Andy Weir

Personal information
- Full name: Andrew Best Weir
- Date of birth: 15 November 1937
- Place of birth: Paisley, Scotland
- Date of death: 1992 (aged 54–55)
- Height: 1.68 m (5 ft 6 in)
- Position: Winger

Senior career*
- Years: Team / Apps / (Gls)
- Arthurlie
- 1957–1968: Motherwell / 202 / (44)

International career
- 1959–1960: Scotland / 6 / (1)
- 1959–1960: Scotland U23 / 3 / (0)
- 1960: Scottish Football League XI / 1 / (0)
- 1962: SFA trial v SFL / 1 / (0)

= Andy Weir (footballer) =

Scottish footballer

Andrew Best Weir (15 November 1937 – 1992) was a Scottish footballer who played as a winger for Motherwell and the Scotland national team. He earned a total of six caps for Scotland and scored his only goal on his debut, a 3–2 win against West Germany in 1959. His final international appearance was against Turkey in 1960.
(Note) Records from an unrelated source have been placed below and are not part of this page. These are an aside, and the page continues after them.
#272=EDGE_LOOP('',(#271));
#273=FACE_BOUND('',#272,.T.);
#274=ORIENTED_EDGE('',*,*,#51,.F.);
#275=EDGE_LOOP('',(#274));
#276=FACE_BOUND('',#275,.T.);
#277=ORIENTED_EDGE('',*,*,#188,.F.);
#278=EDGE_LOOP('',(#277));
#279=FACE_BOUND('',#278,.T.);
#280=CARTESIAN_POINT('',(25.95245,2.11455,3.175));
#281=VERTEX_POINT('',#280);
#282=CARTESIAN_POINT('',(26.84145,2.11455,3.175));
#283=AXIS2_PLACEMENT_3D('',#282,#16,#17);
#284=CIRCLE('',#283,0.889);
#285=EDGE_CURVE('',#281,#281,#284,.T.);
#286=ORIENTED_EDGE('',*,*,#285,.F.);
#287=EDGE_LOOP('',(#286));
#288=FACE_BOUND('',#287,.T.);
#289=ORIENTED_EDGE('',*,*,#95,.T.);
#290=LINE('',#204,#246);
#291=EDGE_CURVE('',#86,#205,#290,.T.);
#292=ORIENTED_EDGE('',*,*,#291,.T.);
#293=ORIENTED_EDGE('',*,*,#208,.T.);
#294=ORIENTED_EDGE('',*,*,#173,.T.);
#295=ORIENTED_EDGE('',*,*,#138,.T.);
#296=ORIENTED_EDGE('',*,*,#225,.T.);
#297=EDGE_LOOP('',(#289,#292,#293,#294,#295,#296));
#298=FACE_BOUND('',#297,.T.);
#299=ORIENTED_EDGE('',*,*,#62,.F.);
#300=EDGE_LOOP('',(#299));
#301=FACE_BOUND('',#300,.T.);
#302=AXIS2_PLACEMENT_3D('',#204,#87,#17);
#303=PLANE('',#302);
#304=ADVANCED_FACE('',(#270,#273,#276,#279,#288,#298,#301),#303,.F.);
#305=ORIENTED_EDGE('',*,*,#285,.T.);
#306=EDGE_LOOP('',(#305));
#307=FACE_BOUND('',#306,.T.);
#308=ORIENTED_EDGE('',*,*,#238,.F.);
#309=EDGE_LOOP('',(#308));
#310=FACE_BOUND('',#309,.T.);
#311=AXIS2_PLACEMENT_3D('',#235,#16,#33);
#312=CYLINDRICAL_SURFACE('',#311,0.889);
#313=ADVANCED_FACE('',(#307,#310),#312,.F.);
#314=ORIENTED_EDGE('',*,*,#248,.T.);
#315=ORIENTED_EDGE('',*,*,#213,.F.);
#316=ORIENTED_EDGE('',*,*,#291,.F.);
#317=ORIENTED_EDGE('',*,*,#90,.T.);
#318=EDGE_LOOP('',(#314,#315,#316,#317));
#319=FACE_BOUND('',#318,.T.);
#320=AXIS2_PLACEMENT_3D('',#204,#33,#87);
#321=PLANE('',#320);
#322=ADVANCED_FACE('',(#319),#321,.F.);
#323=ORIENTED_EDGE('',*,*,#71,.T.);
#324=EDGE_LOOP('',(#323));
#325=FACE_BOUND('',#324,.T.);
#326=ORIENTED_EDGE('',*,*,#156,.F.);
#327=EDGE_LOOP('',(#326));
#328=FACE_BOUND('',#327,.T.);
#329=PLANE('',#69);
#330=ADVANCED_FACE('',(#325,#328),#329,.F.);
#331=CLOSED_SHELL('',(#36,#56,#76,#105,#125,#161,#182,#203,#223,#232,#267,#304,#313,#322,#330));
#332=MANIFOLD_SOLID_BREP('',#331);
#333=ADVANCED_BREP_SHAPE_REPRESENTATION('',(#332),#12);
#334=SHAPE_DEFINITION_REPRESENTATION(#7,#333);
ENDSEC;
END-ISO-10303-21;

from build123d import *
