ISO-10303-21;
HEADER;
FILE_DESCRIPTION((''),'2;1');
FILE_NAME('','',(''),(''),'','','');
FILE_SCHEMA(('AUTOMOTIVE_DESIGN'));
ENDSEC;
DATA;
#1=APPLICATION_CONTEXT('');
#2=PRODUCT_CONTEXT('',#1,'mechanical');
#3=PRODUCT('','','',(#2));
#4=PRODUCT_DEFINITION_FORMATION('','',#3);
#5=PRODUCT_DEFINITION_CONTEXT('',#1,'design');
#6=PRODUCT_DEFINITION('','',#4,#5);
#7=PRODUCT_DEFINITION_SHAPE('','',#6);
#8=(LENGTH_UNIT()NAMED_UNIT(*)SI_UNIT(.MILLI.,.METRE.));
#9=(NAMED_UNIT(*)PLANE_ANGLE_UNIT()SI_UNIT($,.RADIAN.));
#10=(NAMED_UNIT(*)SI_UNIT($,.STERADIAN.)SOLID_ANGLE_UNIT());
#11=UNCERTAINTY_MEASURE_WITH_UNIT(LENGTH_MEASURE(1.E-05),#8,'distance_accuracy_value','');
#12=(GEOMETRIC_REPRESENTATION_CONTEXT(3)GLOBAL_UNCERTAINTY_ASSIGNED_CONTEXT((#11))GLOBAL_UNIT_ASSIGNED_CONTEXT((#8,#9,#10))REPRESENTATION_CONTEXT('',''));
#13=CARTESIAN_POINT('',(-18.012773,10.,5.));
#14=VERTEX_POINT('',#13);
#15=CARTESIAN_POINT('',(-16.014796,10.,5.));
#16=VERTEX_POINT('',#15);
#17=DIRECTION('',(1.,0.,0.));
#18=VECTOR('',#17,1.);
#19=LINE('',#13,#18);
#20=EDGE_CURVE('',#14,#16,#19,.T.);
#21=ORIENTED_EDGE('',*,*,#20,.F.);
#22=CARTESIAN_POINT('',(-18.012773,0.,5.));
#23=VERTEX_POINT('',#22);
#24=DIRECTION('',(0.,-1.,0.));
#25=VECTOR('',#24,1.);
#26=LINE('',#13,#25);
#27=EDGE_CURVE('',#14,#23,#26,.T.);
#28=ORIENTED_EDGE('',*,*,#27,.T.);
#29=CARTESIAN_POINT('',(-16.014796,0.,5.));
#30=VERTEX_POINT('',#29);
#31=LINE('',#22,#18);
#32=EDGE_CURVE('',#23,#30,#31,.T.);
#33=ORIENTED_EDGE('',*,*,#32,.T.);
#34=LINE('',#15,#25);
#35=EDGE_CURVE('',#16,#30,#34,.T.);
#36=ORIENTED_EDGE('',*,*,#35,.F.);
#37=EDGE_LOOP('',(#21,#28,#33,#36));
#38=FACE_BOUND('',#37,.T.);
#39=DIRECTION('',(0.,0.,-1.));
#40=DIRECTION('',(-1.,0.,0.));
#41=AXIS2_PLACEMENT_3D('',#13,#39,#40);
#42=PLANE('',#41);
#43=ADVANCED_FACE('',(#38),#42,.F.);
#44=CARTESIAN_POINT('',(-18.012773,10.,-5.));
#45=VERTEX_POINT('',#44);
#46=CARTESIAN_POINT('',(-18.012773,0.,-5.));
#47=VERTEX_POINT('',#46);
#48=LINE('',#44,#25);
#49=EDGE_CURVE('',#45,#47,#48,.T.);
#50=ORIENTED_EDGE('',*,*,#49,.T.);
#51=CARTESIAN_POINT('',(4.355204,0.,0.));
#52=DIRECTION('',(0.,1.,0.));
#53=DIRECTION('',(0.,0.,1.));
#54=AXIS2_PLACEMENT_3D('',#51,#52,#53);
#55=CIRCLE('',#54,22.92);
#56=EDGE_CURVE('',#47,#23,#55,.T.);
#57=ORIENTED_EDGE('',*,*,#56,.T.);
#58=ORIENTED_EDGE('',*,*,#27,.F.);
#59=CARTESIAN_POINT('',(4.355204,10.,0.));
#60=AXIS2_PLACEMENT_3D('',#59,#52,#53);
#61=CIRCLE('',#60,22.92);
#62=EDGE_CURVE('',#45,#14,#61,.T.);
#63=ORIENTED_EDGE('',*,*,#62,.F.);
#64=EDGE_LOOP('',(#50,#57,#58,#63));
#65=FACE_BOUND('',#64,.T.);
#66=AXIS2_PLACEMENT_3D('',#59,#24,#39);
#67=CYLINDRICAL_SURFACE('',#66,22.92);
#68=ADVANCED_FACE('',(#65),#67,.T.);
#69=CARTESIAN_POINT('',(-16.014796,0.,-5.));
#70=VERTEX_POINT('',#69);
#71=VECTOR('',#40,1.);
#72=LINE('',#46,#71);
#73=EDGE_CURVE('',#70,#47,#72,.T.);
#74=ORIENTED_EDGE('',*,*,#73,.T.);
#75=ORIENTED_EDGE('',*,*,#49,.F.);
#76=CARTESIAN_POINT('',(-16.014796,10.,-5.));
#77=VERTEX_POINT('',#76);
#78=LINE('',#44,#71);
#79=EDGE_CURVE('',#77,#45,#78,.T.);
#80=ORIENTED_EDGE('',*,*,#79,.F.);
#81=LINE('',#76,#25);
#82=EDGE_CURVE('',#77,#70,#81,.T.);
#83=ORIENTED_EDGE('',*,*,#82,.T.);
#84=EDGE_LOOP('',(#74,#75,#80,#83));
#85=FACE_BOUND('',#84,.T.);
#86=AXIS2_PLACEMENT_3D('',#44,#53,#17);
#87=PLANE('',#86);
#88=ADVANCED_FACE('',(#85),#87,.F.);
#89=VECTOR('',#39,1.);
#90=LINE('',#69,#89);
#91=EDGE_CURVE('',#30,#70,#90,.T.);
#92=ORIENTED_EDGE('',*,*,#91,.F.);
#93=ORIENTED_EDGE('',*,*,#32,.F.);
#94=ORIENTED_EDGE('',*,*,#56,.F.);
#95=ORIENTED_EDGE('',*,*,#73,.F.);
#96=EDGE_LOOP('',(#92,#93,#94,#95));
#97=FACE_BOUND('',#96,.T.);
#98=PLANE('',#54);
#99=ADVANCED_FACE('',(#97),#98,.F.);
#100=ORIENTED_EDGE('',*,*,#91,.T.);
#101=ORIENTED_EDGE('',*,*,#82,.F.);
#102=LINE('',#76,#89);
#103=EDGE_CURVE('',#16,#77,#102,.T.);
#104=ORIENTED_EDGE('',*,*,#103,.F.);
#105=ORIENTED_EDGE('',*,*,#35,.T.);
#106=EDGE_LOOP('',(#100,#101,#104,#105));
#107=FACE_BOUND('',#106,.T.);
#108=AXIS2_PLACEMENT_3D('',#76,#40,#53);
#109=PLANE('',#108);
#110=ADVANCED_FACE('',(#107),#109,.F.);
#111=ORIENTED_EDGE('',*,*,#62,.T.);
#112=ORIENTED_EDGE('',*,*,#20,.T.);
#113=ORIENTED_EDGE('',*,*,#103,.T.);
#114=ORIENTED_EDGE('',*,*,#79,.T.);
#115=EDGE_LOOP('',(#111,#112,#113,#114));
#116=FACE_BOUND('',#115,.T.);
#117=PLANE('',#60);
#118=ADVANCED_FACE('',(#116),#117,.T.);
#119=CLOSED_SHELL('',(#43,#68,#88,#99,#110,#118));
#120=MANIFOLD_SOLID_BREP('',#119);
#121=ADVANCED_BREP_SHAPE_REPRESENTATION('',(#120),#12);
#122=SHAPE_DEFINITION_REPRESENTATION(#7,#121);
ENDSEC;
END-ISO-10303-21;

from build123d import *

# Parameters (mm, degrees)
EXTRUDE_1_DEPTH = 10


with BuildPart() as part:
    # 草图1 → 凸台-拉伸1 (new body)
    with BuildSketch(Plane(origin=(0, 0, 0), x_dir=(1, 0, 0), z_dir=(0, 1, 0))):
        with BuildLine():
            Line((-18.012772775, 5), (-16.014795665, 5))
            Line((-16.014795665, 5), (-16.014795665, -5))
            Line((-16.014795665, -5), (-18.012772775, -5))
            ThreePointArc((-18.012772775, -5), (-18.564795665, 0), (-18.012772775, 5))
        make_face()
    extrude(amount=EXTRUDE_1_DEPTH)


solid = part.part
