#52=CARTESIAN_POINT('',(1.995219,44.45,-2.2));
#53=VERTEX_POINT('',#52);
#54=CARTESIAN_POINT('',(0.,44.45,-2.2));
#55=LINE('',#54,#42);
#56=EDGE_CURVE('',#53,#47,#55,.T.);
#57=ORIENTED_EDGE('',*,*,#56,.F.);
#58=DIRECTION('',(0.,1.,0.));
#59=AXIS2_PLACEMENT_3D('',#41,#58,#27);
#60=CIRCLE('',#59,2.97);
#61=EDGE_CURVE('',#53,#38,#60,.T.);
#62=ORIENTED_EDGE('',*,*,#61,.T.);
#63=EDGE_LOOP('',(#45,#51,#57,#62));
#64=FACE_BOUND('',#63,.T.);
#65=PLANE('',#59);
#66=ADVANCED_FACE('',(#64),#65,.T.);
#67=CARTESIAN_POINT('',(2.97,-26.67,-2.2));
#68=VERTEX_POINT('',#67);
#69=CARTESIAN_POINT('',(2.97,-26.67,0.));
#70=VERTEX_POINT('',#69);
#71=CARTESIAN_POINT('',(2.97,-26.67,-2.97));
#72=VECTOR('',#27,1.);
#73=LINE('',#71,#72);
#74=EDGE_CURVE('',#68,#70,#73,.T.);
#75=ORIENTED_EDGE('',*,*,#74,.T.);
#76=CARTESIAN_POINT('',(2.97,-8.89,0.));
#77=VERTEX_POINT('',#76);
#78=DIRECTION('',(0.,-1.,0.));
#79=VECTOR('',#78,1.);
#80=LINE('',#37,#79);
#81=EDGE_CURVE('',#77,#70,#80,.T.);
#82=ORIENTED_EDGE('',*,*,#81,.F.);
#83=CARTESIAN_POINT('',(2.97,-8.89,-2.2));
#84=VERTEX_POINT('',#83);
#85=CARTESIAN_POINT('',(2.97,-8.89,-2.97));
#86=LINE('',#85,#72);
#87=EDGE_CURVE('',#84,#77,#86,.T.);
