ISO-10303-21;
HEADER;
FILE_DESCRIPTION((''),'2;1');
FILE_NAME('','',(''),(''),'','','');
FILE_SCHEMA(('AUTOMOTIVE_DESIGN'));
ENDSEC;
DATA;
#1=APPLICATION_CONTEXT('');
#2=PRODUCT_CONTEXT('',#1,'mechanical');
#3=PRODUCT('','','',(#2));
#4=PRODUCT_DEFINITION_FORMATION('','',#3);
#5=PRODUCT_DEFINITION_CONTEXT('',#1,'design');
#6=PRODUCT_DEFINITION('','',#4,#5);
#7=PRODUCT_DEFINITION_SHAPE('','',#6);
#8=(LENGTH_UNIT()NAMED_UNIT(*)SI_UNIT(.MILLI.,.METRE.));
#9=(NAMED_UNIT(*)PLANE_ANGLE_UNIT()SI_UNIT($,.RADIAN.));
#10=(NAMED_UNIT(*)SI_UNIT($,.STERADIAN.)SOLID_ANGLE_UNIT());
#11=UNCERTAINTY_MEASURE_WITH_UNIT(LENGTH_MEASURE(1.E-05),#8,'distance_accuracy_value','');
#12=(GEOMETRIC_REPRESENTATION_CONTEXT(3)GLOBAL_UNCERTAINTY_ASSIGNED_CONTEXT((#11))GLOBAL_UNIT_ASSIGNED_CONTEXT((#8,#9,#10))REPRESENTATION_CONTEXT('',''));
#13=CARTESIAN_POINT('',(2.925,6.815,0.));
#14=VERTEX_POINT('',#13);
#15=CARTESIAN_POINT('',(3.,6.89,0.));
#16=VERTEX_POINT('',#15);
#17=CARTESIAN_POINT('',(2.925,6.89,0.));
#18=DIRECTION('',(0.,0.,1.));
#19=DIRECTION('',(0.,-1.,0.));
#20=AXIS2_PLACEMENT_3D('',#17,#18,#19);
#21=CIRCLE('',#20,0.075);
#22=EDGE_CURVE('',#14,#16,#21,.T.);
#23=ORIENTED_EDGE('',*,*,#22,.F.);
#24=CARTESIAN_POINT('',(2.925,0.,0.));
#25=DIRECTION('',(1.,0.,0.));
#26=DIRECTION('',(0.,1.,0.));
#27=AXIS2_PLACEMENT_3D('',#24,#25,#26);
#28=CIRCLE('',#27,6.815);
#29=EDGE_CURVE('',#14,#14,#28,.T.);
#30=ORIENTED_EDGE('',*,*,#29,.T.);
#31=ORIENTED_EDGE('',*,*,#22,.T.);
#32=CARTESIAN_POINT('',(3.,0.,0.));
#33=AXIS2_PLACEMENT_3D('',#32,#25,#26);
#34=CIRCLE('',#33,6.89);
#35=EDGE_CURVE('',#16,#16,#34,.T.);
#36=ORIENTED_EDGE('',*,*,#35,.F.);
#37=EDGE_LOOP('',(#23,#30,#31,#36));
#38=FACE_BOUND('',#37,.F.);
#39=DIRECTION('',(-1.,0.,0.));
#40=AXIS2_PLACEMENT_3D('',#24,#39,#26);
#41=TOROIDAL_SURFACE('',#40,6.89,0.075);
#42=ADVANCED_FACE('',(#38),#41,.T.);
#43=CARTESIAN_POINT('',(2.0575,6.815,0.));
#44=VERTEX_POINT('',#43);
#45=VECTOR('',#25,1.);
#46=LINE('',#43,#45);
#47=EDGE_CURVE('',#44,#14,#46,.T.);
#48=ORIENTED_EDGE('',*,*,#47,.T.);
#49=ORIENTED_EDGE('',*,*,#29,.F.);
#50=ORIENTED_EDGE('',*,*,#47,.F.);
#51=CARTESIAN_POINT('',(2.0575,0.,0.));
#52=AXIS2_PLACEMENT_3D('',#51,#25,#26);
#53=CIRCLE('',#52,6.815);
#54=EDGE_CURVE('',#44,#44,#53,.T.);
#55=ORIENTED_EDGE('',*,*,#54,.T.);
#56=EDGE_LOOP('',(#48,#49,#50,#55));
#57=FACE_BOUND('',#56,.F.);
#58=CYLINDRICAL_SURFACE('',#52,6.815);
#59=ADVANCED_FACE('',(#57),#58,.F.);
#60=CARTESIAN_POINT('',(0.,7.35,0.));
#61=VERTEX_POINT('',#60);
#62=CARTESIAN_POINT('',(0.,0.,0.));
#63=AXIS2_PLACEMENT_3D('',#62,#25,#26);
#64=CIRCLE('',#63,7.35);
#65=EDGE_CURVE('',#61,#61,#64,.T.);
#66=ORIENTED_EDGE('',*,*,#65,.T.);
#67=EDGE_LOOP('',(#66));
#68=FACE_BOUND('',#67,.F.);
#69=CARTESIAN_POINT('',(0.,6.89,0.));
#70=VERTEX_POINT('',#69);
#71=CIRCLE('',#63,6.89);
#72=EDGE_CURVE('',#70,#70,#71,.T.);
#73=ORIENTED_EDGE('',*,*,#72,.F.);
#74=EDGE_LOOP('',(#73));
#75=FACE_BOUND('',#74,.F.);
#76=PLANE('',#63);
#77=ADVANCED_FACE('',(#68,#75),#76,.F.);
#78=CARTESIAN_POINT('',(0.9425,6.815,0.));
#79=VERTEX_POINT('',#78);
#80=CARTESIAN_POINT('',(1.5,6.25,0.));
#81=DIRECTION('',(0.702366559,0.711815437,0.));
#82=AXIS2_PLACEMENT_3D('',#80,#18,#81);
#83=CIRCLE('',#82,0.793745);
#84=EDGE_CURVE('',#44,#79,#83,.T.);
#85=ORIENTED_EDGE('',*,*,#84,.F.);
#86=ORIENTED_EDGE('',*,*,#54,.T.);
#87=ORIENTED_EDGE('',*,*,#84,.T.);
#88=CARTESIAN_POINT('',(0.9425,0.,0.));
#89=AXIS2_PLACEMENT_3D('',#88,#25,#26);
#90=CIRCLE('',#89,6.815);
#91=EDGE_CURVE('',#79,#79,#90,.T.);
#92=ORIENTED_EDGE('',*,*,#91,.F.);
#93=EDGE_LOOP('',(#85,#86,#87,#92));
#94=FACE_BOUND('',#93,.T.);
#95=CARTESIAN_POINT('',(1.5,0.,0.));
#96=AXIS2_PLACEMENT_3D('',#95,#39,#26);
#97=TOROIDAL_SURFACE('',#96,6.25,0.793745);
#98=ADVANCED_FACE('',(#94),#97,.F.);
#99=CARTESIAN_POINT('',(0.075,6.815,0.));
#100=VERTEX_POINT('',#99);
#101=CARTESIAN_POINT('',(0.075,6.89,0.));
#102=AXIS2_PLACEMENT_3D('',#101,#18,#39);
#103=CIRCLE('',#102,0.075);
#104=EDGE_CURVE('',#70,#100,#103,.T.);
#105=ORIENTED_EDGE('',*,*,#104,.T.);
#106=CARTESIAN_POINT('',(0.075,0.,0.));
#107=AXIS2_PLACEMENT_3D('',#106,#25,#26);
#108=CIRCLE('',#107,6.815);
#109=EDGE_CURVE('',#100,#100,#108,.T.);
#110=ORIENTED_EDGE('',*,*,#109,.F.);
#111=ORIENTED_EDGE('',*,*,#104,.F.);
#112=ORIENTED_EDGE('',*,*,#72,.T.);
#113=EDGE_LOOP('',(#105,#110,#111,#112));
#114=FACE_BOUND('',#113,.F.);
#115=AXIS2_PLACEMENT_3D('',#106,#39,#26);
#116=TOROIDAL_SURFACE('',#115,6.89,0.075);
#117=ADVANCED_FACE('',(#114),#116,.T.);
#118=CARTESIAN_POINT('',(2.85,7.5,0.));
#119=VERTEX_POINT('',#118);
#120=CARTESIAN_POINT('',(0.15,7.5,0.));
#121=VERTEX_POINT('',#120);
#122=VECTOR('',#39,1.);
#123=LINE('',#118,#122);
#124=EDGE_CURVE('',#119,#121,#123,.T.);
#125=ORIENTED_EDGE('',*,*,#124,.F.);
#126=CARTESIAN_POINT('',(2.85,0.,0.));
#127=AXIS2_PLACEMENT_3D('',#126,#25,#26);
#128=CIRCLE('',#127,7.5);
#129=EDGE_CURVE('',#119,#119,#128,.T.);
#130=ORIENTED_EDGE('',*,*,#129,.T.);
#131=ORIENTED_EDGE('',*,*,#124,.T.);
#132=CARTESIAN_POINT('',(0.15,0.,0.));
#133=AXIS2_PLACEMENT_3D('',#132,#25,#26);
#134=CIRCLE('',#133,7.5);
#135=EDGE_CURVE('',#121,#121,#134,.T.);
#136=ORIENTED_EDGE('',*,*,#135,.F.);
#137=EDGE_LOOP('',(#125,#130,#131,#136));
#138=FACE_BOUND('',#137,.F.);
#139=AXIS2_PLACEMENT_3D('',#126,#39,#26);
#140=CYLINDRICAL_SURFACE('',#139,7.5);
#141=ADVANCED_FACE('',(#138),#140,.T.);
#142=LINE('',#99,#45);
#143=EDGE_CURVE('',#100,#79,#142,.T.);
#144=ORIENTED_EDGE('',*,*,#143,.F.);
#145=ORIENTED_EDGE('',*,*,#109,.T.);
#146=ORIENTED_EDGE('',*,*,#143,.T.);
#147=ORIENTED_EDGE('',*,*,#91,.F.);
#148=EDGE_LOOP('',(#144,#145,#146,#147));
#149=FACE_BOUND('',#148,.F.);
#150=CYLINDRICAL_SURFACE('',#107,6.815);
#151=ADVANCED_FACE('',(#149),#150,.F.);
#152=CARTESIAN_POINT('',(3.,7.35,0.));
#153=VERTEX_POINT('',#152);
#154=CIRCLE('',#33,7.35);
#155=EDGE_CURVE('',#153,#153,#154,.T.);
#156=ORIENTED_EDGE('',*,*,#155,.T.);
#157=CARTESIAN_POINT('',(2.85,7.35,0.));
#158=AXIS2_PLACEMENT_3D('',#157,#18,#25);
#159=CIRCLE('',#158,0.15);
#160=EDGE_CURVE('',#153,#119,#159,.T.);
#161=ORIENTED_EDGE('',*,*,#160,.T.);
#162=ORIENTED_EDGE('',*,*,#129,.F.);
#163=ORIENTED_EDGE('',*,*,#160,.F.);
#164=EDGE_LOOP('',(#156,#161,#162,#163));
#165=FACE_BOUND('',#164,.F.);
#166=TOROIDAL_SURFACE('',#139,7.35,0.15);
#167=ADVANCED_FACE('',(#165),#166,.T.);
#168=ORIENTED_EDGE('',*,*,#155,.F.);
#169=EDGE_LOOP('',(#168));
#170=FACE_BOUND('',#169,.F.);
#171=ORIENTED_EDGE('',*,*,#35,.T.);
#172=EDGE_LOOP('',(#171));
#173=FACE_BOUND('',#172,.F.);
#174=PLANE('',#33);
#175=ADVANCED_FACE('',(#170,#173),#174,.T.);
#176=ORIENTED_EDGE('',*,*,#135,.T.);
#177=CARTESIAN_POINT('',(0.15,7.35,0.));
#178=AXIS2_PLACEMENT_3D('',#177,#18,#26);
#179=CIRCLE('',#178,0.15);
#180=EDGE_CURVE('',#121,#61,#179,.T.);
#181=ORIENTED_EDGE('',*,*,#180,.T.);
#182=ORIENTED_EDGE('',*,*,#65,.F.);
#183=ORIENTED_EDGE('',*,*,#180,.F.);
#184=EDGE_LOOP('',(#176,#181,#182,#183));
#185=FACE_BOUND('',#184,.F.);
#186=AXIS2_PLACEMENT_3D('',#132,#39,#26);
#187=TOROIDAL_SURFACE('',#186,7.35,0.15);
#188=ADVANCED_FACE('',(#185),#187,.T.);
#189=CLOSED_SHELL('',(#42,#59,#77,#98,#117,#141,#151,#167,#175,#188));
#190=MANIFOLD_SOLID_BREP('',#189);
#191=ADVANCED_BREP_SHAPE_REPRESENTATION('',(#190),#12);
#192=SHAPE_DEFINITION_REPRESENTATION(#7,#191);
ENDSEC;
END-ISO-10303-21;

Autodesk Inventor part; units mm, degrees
sketch "Sketch_1" plane through (0, 0, 0) normal (0, 0, 1) x (1, 0, 0)
  line L0 (3, 0) -> (0, 0)
  line L1 (0, 7.35) -> (0, 6.89)
  arc A0 (0, 6.89) -> (0.075, 6.815) centre (0.075, 6.89) ccw
  line L2 (0.075, 6.815) -> (0.9425, 6.815)
  arc A1 (2.0575, 6.815) -> (0.9425, 6.815) centre (1.5, 6.25) ccw
  line L3 (2.0575, 6.815) -> (2.925, 6.815)
  arc A2 (2.925, 6.815) -> (3, 6.89) centre (2.925, 6.89) ccw
  line L4 (3, 6.89) -> (3, 7.35)
  arc A3 (3, 7.35) -> (2.85, 7.5) centre (2.85, 7.35) ccw
  line L5 (2.85, 7.5) -> (0.15, 7.5)
  arc A4 (0.15, 7.5) -> (0, 7.35) centre (0.15, 7.35) ccw
revolve "Revolution1" add sketch "Sketch_1" angle 360 about axis through (3, 0, 0) along (1, 0, 0)
ref_plane "1_XY" through (1.5, 0, 0) normal (1, 0, 0) x (0, 0, -1)
ref_plane "1_YZ" through (1.5, 0, 0) normal (0, 0, -1) x (0, 1, 0)
ref_plane "1_ZX" through (1.5, 0, 0) normal (0, 1, 0) x (1, 0, 0)
properties part number "A-1510_or"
Weir developed meningitis in 1961 which led to him being in a coma for five days in Ruchill Hospital, it was said that "only his high level of physical fitness helped him shake off the illness and survive". A back injury shortly afterwards led to the end of his career. Despite 10 years at Motherwell which saw him score 57 major competition goals in 272 games, Weir was not given a benefit match; however fans of the club held a dance in his name and presented him with a "thank you" cheque worth, in his words "a lot of money".

Weir had nine children with his wife Margaret, and continued to stay in Ferguslie Park in Paisley before moving to Elderslie in the 1970s where he died on 11 May 1992, having been in poor health for some years.